Directions - Return only the tail of the data below, word for word: the line with "v -0.914 6.416 0" and each line after it through the final one.

Records for processing -
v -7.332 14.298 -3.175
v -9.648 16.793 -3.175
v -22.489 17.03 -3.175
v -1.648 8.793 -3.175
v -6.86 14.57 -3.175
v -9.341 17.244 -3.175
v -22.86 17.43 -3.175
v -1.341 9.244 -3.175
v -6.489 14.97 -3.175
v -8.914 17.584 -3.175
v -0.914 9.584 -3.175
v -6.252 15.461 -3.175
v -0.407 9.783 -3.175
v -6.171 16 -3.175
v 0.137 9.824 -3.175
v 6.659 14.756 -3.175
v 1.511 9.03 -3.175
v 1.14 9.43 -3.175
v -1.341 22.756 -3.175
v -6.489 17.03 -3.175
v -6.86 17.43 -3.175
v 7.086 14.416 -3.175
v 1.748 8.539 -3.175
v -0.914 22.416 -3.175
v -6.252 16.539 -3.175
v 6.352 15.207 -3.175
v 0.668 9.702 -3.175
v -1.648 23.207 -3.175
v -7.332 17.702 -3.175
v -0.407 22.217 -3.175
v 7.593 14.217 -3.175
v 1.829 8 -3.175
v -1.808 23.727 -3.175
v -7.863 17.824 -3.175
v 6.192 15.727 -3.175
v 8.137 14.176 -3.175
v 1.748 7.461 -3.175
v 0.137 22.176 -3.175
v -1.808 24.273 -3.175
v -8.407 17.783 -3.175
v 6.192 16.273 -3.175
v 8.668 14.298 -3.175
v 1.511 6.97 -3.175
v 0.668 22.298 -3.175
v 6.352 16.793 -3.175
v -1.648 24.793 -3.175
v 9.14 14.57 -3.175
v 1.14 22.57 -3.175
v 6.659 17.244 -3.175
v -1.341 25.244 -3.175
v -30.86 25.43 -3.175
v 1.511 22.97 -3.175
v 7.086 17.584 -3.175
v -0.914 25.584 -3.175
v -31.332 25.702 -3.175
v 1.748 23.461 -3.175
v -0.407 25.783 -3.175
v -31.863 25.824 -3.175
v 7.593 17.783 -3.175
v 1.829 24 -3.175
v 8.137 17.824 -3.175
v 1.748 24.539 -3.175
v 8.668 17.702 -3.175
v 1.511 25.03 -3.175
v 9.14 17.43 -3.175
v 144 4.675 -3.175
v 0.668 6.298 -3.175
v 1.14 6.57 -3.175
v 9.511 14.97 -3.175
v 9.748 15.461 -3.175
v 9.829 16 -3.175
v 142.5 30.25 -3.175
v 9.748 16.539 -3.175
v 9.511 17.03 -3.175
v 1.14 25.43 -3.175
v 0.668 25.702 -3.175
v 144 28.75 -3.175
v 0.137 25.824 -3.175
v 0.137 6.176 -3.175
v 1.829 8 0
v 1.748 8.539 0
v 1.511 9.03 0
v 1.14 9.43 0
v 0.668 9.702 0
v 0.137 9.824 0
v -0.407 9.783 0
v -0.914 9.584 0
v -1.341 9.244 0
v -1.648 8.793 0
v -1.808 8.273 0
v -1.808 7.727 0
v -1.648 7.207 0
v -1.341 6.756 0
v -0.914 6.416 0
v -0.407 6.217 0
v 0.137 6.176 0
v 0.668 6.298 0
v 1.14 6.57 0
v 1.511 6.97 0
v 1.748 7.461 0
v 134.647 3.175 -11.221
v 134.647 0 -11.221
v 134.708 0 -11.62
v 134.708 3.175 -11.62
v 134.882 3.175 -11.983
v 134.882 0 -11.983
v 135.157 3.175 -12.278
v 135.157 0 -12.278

Exercise output -
v -0.914 6.416 0
v -0.407 6.217 0
v 0.137 6.176 0
v 0.668 6.298 0
v 1.14 6.57 0
v 1.511 6.97 0
v 1.748 7.461 0
v 134.647 3.175 -11.221
v 134.647 0 -11.221
v 134.708 0 -11.62
v 134.708 3.175 -11.62
v 134.882 3.175 -11.983
v 134.882 0 -11.983
v 135.157 3.175 -12.278
v 135.157 0 -12.278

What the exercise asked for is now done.